In August 1954, Robert Nathan received an offer for a license for a version of the book to be presented over live television. Although he believed that he owned the rights regarding this, according to his 1933 contract with Fox, he apprised Twentieth Century-Fox of the situation and requested their clearance. The studio replied that it owned the rights, and Nathan sued them. To dispose of the case, the studio made arrangements with Nathan's attorneys to amend the 1933 contract so as to provide that Nathan reserve to himself the live television rights. No information has been located concerning a subsequent broadcast based on the book.

SYNOPSIS

After holding a bankruptcy auction at his failed New York antique store, the now-broke proprietor, Otkar, offers the remaining food he has to an out-of-work violinist, Morris Rosenberg. Because they are now both homeless, they transport Otkar's large bed, which he failed to sell even though he claimed that Napoleon had slept in it, to the park, where they sleep.

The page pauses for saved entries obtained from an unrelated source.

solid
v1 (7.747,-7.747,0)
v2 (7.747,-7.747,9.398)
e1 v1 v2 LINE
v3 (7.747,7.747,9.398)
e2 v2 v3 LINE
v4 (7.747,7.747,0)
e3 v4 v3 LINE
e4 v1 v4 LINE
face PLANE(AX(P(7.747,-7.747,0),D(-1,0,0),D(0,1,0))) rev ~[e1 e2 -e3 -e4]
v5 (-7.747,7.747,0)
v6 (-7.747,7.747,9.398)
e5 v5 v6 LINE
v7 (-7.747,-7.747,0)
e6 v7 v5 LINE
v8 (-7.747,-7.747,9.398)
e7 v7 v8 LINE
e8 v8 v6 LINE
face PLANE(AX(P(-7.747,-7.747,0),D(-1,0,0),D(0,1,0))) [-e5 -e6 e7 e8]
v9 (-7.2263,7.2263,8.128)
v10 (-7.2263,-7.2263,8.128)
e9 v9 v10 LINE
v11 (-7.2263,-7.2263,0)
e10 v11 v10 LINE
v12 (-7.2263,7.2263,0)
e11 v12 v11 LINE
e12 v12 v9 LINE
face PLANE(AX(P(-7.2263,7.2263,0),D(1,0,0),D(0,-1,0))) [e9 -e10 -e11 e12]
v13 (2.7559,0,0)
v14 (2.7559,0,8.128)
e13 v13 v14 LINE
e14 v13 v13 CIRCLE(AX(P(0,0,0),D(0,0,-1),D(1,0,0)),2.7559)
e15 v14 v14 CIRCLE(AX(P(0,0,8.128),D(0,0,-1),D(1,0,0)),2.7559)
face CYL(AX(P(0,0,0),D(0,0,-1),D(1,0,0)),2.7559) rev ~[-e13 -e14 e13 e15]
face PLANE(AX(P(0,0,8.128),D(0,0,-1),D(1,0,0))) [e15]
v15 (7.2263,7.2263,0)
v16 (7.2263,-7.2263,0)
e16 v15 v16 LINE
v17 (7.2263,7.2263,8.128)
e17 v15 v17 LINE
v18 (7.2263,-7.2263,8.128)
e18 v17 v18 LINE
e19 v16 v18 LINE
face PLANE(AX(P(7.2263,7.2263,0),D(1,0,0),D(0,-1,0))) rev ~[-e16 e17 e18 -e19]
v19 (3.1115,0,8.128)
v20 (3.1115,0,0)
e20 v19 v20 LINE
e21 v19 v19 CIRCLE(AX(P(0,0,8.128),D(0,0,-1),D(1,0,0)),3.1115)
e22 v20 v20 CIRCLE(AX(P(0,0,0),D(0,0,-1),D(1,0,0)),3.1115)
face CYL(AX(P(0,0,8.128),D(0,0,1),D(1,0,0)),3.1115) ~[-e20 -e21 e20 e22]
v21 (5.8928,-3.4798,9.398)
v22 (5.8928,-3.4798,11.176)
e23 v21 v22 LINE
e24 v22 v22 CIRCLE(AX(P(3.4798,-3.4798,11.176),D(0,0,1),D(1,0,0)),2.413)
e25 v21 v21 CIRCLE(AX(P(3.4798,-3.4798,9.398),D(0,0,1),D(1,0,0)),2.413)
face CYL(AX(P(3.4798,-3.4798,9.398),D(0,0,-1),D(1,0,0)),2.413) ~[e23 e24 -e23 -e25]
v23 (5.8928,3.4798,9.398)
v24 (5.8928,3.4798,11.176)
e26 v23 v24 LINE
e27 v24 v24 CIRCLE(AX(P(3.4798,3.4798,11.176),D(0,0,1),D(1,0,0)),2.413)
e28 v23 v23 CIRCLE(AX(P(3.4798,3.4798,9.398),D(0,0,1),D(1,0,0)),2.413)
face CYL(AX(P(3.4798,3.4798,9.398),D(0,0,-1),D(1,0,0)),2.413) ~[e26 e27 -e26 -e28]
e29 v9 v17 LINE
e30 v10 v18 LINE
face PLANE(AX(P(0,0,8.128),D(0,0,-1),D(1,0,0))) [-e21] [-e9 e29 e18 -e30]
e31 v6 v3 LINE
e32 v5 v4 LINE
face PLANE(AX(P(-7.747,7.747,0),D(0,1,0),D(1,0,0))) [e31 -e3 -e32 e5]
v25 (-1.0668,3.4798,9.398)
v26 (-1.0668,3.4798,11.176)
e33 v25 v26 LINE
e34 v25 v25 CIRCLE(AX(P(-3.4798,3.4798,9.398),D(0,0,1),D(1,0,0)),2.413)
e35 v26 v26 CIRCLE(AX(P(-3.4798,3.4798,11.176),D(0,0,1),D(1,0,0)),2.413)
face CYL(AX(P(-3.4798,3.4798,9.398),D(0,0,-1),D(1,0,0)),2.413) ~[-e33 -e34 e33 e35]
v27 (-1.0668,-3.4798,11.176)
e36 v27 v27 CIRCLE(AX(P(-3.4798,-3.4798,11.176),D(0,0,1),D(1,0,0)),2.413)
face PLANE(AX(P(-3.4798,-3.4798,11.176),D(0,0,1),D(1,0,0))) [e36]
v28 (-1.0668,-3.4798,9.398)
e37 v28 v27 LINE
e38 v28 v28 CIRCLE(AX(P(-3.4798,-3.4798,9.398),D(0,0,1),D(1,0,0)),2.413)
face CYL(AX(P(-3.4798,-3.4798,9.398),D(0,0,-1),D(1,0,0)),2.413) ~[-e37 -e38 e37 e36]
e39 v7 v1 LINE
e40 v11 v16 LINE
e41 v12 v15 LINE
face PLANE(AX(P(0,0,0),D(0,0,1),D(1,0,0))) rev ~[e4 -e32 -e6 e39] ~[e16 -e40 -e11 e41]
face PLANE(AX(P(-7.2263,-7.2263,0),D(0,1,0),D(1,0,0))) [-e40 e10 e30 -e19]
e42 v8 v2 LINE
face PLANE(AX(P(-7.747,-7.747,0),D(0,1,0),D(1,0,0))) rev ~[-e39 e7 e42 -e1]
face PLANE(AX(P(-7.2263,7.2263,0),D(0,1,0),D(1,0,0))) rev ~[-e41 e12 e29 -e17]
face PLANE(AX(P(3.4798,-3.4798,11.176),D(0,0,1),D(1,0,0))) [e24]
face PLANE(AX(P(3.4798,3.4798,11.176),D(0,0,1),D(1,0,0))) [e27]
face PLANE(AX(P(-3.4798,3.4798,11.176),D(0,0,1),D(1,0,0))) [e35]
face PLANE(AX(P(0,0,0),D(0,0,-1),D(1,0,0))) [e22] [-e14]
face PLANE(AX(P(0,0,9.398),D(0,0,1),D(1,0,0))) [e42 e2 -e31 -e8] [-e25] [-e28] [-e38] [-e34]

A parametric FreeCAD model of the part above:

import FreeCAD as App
import Part
import Sketcher

V = App.Vector
Q = App.Units.Quantity


def add_polygon(sketch, points):
    """Adds a closed chain of lines whose ends are joined by coincident constraints."""
    first, n = sketch.GeometryCount, len(points)
    for a, b in zip(points, points[1:] + points[:1]):
        sketch.addGeometry(Part.LineSegment(App.Vector(*a, 0), App.Vector(*b, 0)), False)
    for i in range(n):
        sketch.addConstraint(Sketcher.Constraint("Coincident", first + i, 2, first + (i + 1) % n, 1))

doc = App.newDocument("Part")
body = doc.addObject("PartDesign::Body", "Body")

# Sketch on XY plane
sketch1 = body.newObject("Sketcher::SketchObject", "Sketch")
sketch1.AttachmentSupport = (doc.getObject("XY_Plane"), [""])
sketch1.MapMode = "FlatFace"
add_polygon(sketch1, [(-8, 8), (-8, -8), (8, -8), (8, 8)])  # lines 0-3
sketch1.addConstraint([
    Sketcher.Constraint("Vertical", 0),
    Sketcher.Constraint("Horizontal", 1),
    Sketcher.Constraint("Vertical", 2),
    Sketcher.Constraint("Horizontal", 3),
    Sketcher.Constraint("Symmetric", 0, 2, 2, 2, -1, 1),
    Sketcher.Constraint("Equal", 3, 0),
    Sketcher.Constraint("DistanceX", 1, 1, 1, 2, Q("0.61 in")),
])
pad1 = body.newObject("PartDesign::Pad", "Pad")
pad1.Profile = sketch1
pad1.Length = Q("0.37 in")

# Sketch on XY plane
sketch2 = body.newObject("Sketcher::SketchObject", "Sketch001")
sketch2.AttachmentSupport = (doc.getObject("XY_Plane"), [""])
sketch2.MapMode = "FlatFace"
sketch2.AttachmentOffset = App.Placement(V(0, 0, 0.37 * 25.4), App.Rotation())
sketch2.addGeometry([
    Part.Circle(V(-3.5, 3.5, 0), V(0, 0, 1), 2.4),
    Part.Circle(V(3.5, 3.5, 0), V(0, 0, 1), 2.4),
    Part.Circle(V(3.5, -3.5, 0), V(0, 0, 1), 2.4),
    Part.Circle(V(-3.5, -3.5, 0), V(0, 0, 1), 2.4),
], False)
sketch2.addConstraint([
    Sketcher.Constraint("Equal", 0, 1),
    Sketcher.Constraint("Equal", 1, 2),
    Sketcher.Constraint("Equal", 2, 3),
    Sketcher.Constraint("Symmetric", 0, 3, 2, 3, -1, 1),
    Sketcher.Constraint("Symmetric", 1, 3, 3, 3, -1, 1),
    Sketcher.Constraint("Symmetric", 0, 3, 1, 3, -2),
    Sketcher.Constraint("Diameter", 0, Q("0.19 in")),
    Sketcher.Constraint("DistanceX", 0, 3, -1, 1, Q("0.137 in")),
    Sketcher.Constraint("DistanceY", -1, 1, 0, 3, Q("0.137 in")),
])
pad2 = body.newObject("PartDesign::Pad", "Pad001")
pad2.Profile = sketch2
pad2.Length = Q("0.07 in")

# Sketch on XY plane
sketch3 = body.newObject("Sketcher::SketchObject", "Sketch002")
sketch3.AttachmentSupport = (doc.getObject("XY_Plane"), [""])
sketch3.MapMode = "FlatFace"
add_polygon(sketch3, [(-7, -7), (-7, 7), (7, 7), (7, -7)])  # lines 0-3
sketch3.addConstraint([
    Sketcher.Constraint("Vertical", 0),
    Sketcher.Constraint("Horizontal", 1),
    Sketcher.Constraint("Vertical", 2),
    Sketcher.Constraint("Horizontal", 3),
    Sketcher.Constraint("Symmetric", 0, 2, 2, 2, -1, 1),
    Sketcher.Constraint("Equal", 3, 0),
    Sketcher.Constraint("DistanceX", 1, 1, 1, 2, Q("0.569 in")),
])
pocket1 = body.newObject("PartDesign::Pocket", "Pocket")
pocket1.Profile = sketch3
pocket1.Length = Q("0.32 in")
pocket1.Reversed = True

# Sketch on XY plane
sketch4 = body.newObject("Sketcher::SketchObject", "Sketch003")
sketch4.AttachmentSupport = (doc.getObject("XY_Plane"), [""])
sketch4.MapMode = "FlatFace"
sketch4.AttachmentOffset = App.Placement(V(0, 0, 0.32 * 25.4), App.Rotation())
sketch4.addGeometry(Part.Circle(V(0, 0, 0), V(0, 0, 1), 3.1), False)
sketch4.addConstraint([
    Sketcher.Constraint("Coincident", 0, 3, -1, 1),
    Sketcher.Constraint("Diameter", 0, Q("0.245 in")),
])
pad3 = body.newObject("PartDesign::Pad", "Pad002")
pad3.Profile = sketch4
pad3.Length = Q("0.32 in")
pad3.Reversed = True

# Sketch on XY plane
sketch5 = body.newObject("Sketcher::SketchObject", "Sketch004")
sketch5.AttachmentSupport = (doc.getObject("XY_Plane"), [""])
sketch5.MapMode = "FlatFace"
sketch5.addGeometry(Part.Circle(V(0, 0, 0), V(0, 0, 1), 2.8), False)
sketch5.addConstraint([
    Sketcher.Constraint("Coincident", 0, 3, -1, 1),
    Sketcher.Constraint("Diameter", 0, Q("0.217 in")),
])
pocket2 = body.newObject("PartDesign::Pocket", "Pocket001")
pocket2.Profile = sketch5
pocket2.Length = Q("0.32 in")
pocket2.Reversed = True

doc.recompute()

Elizabeth Cheney, an actress who has not been able to find work in the seven months that she has been in New York, sleeps in the subway. In the morning, as Otkar looks for a new place for the bed, Elizabeth passes Morris, who is practicing his violin, and offers to pass the hat for him. Insulted that she thinks he is a beggar, he lashes out and she leaves. However, a crowd soon gathers and applauds Morris' "performance."

When Michael Sweeney, a park maintenance man, asks Morris to teach him to play his favorite song, "Macushla," Otkar strikes a deal with Sweeney to trade violin lessons for permission to set up the bed in the stables where Sweeney keeps his tools.

At night in the rain, Otkar and Elizabeth meet as they both attempt to steal a chicken from the window of a fancy restaurant. When the cook and others chase them, they hide under his umbrella and pose as lovers. Elizabeth then implores Otkar to let her stay in the stables, and Otkar agrees, but Morris, recognizing her, objects. When she collapses from hunger, however, he fixes tea, which Sweeney has brought, for her. Although Elizabeth begins the evening sleeping in the manger, by the morning she has joined the men in bed because of the cold.

After Otkar steals some meat from the zoo that was supposed to be fed to the lions, they borrow a stew pan from Mrs. Sweeney and have a feast.

Meanwhile, Mr. Sheridan, the president of the bank where Mrs. Sweeney works as an elevator operator, worries that the bank will fail and that people like Mrs. Sweeney will lose their savings.

As Christmas approaches, Morris meets a flutist playing near the subway entrance and gives him his fur-collared coat to borrow so that he will look like a professional when he goes to ask for relief from the musicians' bureau.

When the bank fails, the Sweeneys take comfort that they still have their health. Sheridan, however, attempts to jump from a bridge in the park, but ends up stuck in the mud. Otkar helps him out and brings him to the stable, where Sheridan asks to stay.

After an argument with Otkar, Elizabeth leaves, but she returns later with a blanket, medicine and food. She then angrily refuses to answer Otkar's inquiries about where she got the money to buy the items, but she brightens when he says that the two hours he searched for her were the most miserable he has ever spent.

The week before Easter, Otkar and Elizabeth talk Sheridan into returning to his bank and facing his depositors.

On Easter, Morris leaves, as the man to whom he lent his coat has gotten him a job in the symphony orchestra in Oswego.

Otkar and Elizabeth realize that they can no longer share the stable alone, and after offering her the bed, Otkar plans to travel South. She then reveals that she borrowed the blanket and money from Mrs. Sweeney.

Sheridan visits and tells them that the government has given aid to the bank and that the depositors will not lose a penny. Sheridan also tells Otkar that he has plans for him and wants to buy the bed. Otkar and Elizabeth then argue about who owns the bed, and without thinking, he calls her "darling." Realizing that they are in love, they decide to wait and take the trip South together, on their honeymoon.